Once you have a script in place, you can choose triggers for when it should run, like when it is opened, or on a schedule, etc.

Here is the new template with the script in action:

screen shot 2019-01-13 at 6.10.10 am

First, I ask how many documents should be created. 1, 5, 500, whatever I need.

screen shot 2019-01-13 at 6.10.29 am

Next, I ask for the starting date. We specifically use these for Sunday services, so I’ve programmed the script to take this starting date and then calculate every 7 days when creating multiple documents.

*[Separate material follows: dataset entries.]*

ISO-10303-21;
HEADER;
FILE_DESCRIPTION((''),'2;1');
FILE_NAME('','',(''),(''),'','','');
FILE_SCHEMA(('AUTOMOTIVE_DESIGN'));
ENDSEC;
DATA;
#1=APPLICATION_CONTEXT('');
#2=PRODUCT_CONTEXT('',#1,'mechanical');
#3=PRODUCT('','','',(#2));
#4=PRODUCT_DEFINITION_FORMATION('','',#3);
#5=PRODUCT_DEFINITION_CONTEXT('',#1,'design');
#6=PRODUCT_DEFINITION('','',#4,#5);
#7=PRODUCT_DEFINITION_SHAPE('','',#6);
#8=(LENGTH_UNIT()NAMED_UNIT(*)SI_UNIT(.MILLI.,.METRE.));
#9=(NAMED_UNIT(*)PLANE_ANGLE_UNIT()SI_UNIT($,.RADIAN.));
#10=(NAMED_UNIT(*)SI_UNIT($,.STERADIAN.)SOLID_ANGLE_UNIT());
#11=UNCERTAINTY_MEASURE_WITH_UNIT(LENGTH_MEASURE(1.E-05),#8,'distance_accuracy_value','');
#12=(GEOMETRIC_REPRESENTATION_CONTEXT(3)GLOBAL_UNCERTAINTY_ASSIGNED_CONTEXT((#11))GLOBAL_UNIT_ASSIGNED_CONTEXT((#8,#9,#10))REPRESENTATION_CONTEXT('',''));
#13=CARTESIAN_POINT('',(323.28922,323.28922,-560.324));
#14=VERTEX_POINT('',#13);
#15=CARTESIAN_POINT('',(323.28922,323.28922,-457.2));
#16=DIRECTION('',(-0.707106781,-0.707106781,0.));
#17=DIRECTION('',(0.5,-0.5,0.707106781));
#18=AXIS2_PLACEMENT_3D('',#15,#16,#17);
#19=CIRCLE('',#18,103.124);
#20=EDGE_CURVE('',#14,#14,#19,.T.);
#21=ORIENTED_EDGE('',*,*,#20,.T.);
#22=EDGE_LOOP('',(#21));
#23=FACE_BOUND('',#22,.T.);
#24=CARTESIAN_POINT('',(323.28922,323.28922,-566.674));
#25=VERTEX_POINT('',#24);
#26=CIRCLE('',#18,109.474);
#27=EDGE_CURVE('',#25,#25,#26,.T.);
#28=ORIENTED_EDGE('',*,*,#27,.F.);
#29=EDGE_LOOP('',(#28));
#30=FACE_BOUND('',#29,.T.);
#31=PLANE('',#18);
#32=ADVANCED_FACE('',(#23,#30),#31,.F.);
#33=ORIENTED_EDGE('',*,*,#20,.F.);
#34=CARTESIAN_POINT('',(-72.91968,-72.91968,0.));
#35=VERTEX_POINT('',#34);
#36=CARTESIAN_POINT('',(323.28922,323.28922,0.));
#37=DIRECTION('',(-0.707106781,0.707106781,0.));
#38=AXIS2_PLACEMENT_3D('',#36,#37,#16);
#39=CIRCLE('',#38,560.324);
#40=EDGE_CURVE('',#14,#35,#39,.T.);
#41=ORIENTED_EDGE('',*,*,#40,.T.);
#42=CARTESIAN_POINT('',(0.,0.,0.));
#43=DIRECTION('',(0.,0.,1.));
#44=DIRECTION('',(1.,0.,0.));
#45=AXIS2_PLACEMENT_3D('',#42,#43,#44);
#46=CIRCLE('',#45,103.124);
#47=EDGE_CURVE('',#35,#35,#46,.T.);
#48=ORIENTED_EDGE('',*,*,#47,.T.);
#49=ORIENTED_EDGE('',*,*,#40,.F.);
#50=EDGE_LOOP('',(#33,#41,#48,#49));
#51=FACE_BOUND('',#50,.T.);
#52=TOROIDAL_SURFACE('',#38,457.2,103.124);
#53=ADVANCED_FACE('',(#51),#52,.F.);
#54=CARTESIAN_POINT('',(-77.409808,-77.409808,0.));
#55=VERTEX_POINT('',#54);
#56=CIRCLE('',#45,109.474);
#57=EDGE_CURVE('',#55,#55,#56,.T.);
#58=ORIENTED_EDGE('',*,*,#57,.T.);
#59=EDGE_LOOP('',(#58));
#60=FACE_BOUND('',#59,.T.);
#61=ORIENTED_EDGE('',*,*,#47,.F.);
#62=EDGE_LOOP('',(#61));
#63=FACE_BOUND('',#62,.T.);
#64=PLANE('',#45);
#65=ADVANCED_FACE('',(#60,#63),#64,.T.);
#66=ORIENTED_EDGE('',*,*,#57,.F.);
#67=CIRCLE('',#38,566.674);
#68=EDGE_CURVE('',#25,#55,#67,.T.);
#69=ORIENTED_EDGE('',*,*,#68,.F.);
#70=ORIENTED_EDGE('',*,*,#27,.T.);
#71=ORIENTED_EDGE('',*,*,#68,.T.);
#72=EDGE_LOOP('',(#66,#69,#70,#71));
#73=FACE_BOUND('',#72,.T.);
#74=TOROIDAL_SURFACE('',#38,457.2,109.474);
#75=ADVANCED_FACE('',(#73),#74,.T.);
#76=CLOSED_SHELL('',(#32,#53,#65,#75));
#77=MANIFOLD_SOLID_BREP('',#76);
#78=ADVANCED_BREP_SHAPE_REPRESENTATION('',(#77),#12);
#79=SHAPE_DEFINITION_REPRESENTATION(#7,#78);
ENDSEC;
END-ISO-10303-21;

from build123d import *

# Parameters (mm, degrees)
PIPESKETCH_R   = 109.474
PIPESKETCH_R_2 = 103.124


with BuildPart() as part:
    # Sweep1: sweep along a curve in space
    with BuildLine() as sweep1_path:
        ThreePointArc((0, 0, 0), (94.689220358, 94.689220358, -323.289220358), (323.289220358, 323.289220358, -457.2))
    # PipeSketch → Sweep1 (sweep)
    with BuildSketch(Plane.XY):
        Circle(PIPESKETCH_R)
        Circle(PIPESKETCH_R_2, mode=Mode.SUBTRACT)
    sweep(path=sweep1_path.line)


solid = part.part
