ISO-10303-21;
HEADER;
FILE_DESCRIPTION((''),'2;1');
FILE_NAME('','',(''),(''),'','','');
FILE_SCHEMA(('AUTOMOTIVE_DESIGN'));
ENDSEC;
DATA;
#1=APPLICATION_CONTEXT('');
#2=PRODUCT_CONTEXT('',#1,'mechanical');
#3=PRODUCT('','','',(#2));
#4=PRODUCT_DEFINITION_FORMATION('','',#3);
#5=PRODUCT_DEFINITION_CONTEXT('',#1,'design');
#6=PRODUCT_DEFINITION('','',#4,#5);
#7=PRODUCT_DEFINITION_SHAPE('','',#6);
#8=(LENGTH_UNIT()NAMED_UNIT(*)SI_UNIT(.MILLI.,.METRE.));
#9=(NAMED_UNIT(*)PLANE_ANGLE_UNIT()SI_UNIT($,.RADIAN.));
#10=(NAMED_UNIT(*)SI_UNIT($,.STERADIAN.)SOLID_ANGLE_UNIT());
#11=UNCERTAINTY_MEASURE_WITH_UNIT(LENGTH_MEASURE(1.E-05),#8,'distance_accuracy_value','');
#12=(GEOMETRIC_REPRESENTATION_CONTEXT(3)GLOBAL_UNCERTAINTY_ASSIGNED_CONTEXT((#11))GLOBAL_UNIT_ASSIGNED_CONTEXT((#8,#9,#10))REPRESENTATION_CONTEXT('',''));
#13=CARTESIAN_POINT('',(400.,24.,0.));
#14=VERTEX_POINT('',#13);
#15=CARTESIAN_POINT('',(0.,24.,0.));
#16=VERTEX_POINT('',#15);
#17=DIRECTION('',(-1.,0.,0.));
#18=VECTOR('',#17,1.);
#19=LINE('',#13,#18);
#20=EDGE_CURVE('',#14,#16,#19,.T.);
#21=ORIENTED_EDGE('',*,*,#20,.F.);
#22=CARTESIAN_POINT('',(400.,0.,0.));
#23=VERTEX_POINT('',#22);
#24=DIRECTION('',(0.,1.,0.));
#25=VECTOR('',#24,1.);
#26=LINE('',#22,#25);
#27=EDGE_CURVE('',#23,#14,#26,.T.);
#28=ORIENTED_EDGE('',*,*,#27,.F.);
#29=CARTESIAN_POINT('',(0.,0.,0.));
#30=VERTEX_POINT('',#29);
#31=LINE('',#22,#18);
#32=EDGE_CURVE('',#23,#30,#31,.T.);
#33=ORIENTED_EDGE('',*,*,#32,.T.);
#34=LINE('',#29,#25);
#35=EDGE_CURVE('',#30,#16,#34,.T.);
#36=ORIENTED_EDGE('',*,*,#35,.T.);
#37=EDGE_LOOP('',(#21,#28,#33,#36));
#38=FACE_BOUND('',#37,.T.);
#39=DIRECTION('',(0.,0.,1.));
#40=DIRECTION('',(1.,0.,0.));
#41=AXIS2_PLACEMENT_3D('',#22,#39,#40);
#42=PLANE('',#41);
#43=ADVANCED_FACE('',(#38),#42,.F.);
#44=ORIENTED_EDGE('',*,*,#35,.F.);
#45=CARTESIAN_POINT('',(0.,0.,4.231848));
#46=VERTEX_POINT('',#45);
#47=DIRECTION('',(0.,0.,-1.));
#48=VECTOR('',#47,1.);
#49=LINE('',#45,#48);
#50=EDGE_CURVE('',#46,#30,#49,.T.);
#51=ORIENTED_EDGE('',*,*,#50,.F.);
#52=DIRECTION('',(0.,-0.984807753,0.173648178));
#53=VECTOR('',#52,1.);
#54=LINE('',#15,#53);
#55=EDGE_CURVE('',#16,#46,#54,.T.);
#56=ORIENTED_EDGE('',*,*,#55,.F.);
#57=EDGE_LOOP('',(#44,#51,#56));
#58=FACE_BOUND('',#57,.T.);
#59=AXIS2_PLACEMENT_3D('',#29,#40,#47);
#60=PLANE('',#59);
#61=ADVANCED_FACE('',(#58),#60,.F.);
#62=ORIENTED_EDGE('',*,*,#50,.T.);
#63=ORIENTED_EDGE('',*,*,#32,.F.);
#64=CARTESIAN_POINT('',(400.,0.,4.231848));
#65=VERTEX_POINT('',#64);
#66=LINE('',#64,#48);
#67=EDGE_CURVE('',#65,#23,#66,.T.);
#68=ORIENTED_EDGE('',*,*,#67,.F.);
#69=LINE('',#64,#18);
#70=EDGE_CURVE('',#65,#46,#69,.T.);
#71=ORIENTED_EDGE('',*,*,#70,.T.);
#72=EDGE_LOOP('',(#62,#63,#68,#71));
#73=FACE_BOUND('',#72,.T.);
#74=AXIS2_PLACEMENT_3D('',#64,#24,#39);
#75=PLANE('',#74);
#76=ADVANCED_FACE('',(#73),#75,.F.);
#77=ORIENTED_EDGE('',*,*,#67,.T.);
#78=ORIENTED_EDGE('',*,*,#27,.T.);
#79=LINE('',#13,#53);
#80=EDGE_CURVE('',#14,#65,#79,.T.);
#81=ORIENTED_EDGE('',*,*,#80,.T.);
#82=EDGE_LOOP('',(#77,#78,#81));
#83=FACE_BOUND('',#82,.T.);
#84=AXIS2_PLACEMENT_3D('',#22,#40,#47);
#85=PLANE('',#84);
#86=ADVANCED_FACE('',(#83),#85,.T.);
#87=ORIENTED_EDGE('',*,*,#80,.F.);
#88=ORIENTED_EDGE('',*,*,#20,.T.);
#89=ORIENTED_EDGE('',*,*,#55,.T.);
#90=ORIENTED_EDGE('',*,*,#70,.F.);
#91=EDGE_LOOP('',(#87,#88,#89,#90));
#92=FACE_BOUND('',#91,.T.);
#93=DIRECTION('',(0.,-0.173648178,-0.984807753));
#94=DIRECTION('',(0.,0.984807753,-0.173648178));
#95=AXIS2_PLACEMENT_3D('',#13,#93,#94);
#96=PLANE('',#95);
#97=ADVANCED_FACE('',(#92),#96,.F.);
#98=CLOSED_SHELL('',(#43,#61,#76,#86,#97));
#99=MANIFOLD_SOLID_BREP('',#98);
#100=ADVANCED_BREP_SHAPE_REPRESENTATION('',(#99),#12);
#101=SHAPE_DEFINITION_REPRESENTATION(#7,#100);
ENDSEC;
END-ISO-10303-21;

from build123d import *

# Parameters (mm, degrees)
BOSS_EXTRUDE1_DEPTH = 400


with BuildPart() as part:
    # Sketch1 → Boss-Extrude1 (new body)
    with BuildSketch(Plane(origin=(0, 0, 0), x_dir=(0, 0, -1), z_dir=(1, 0, 0))):
        Polygon((0, 0), (0, 24), (-4.231847537, 0), align=None)
    extrude(amount=BOSS_EXTRUDE1_DEPTH)


solid = part.part
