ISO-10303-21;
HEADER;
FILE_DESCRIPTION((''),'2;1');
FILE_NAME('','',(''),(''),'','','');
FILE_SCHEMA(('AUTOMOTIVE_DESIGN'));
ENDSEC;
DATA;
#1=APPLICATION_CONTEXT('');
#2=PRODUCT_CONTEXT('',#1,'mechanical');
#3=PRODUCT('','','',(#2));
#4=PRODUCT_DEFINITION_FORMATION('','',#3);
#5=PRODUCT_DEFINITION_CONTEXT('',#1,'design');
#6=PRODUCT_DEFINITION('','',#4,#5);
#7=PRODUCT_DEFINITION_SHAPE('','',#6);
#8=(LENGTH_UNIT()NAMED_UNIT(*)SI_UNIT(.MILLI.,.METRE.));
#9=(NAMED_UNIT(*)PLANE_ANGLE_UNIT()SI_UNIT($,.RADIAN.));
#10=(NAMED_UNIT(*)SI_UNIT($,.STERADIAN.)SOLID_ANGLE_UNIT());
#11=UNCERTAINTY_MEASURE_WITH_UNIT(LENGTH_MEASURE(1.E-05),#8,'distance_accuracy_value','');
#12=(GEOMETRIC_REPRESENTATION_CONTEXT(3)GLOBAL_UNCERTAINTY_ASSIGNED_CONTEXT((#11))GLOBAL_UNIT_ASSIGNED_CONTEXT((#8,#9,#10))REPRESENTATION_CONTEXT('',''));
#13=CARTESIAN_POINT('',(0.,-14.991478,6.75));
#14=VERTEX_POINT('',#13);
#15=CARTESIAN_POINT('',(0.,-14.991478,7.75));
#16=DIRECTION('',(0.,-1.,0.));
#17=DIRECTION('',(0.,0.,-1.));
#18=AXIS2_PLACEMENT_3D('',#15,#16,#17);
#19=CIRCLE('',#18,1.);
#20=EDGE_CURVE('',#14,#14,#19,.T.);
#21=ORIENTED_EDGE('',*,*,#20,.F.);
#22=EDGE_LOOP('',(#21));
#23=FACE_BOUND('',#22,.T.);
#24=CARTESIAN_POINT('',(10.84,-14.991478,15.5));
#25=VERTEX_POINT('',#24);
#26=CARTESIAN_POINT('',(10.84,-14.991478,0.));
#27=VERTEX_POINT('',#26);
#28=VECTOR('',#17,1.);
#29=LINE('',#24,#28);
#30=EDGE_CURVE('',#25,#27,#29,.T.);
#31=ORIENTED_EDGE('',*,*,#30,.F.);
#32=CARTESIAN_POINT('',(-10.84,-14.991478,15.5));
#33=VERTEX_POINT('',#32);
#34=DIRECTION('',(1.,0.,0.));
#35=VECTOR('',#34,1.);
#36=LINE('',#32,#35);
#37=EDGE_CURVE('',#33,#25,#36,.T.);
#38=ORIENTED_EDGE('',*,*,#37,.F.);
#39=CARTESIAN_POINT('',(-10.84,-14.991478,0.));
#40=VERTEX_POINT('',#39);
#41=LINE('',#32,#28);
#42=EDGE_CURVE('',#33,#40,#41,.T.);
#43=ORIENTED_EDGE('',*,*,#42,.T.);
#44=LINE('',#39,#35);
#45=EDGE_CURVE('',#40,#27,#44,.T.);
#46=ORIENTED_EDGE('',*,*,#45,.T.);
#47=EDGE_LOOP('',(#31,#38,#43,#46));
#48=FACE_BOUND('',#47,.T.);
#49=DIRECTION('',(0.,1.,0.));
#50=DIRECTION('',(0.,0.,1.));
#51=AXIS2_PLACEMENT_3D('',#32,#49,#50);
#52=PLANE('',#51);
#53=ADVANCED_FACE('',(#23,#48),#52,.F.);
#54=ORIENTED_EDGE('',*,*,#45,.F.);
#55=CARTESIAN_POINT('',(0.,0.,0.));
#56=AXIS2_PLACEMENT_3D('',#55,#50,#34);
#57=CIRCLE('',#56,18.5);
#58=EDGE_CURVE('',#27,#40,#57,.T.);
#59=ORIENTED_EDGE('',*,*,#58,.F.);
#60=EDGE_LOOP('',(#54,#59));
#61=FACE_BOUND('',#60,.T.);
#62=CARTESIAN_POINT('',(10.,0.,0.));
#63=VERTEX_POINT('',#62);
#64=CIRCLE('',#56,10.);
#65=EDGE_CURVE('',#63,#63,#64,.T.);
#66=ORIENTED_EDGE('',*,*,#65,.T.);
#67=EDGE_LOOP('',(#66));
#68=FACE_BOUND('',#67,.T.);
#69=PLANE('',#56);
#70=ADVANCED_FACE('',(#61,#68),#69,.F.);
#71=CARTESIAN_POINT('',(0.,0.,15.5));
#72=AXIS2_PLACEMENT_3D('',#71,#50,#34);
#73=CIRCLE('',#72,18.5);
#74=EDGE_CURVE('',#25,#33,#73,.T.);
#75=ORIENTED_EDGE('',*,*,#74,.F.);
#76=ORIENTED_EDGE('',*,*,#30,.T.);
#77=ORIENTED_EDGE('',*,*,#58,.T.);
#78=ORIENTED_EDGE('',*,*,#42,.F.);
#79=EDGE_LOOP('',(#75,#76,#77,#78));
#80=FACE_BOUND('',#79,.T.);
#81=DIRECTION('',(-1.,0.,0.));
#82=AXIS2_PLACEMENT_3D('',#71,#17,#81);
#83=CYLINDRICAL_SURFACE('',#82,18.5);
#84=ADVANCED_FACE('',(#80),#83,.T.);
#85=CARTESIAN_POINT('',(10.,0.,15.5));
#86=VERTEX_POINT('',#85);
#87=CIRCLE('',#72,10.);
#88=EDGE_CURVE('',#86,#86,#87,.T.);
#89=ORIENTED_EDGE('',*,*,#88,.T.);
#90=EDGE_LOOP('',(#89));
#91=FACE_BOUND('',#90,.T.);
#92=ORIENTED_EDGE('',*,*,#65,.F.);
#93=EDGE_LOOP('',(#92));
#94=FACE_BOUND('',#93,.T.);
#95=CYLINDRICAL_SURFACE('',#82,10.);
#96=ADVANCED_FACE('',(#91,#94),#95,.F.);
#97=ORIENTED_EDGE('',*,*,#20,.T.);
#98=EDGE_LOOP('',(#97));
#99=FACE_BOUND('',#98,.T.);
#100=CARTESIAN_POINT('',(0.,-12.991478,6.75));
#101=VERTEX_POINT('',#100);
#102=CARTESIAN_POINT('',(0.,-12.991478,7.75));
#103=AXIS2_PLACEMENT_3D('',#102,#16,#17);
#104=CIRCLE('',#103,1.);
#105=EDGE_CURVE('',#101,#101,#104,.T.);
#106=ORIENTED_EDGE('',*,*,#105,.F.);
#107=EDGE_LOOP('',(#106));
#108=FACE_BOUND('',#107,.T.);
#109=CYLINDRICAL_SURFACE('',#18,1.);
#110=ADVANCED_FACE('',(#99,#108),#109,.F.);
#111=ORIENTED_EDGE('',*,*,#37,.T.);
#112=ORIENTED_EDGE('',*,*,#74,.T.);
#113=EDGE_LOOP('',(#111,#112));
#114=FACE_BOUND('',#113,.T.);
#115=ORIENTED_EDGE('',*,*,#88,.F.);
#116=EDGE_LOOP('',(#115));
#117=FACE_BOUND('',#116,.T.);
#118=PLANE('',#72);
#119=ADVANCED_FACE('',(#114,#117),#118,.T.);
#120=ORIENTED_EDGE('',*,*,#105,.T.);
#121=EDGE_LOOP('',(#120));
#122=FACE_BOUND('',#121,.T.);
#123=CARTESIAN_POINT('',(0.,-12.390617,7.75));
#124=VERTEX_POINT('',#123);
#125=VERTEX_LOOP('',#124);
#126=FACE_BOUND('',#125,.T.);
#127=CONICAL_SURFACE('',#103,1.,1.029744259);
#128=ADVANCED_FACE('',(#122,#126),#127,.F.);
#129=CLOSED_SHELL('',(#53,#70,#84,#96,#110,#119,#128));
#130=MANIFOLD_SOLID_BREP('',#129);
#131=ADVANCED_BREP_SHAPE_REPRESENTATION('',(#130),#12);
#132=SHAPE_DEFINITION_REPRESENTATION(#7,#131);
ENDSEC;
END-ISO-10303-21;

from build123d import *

# Parameters (mm, degrees)
SKETCH1_R                    = 10
BOSS_EXTRUDE1_DEPTH          = 15.5
F_2_0_2_DIAMETER_HOLE1_D     = 2
F_2_0_2_DIAMETER_HOLE1_DEPTH = 2
F_2_0_2_DIAMETER_HOLE1_TIP   = 0.600860619


with BuildPart() as part:
    # Sketch1 → Boss-Extrude1 (new body)
    with BuildSketch(Plane.XY):
        with BuildLine():
            Line((-10.84, -14.991477579), (10.84, -14.991477579))
            ThreePointArc((10.84, -14.991477579), (0, 18.5), (-10.84, -14.991477579))
        make_face()
        Circle(SKETCH1_R, mode=Mode.SUBTRACT)
    extrude(amount=BOSS_EXTRUDE1_DEPTH)

    # Ø2.0 (2) Diameter Hole1
    with Locations(Plane(origin=(0, -14.991477579, 0), x_dir=(-1, 0, 0), z_dir=(0, -1, 0))):
        with Locations((0, -7.75)):
            Hole(F_2_0_2_DIAMETER_HOLE1_D / 2, depth=F_2_0_2_DIAMETER_HOLE1_DEPTH)
            with Locations((0, 0, -(F_2_0_2_DIAMETER_HOLE1_DEPTH + F_2_0_2_DIAMETER_HOLE1_TIP / 2))):  # 118° drill point
                Cone(0, F_2_0_2_DIAMETER_HOLE1_D / 2, F_2_0_2_DIAMETER_HOLE1_TIP, mode=Mode.SUBTRACT)


solid = part.part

screen shot 2019-01-13 at 6.10.44 am

Then, I ask the user if they want to create documents for both auditoriums, or if this is for a special service or off-site service, etc. Typically we want them for both auditoriums, but the one-off feature makes things easy for those types of services too.

screen shot 2019-01-13 at 6.10.57 am

As the script runs, it displays this dialog box. Creating that many documents can take awhile, and I wanted the user to be aware of this. The box goes away automatically when the process is completed.

Now that we have this, I can pass the task on to anyone on our team, anytime they need these documents! And it saves a good bit of time. I definitely spent less time creating this script than I would have spent creating the 3-4 months worth of documents manually, and now I never have to do that again!

How can you use Google Apps Script to automate some of your more repetitive tasks?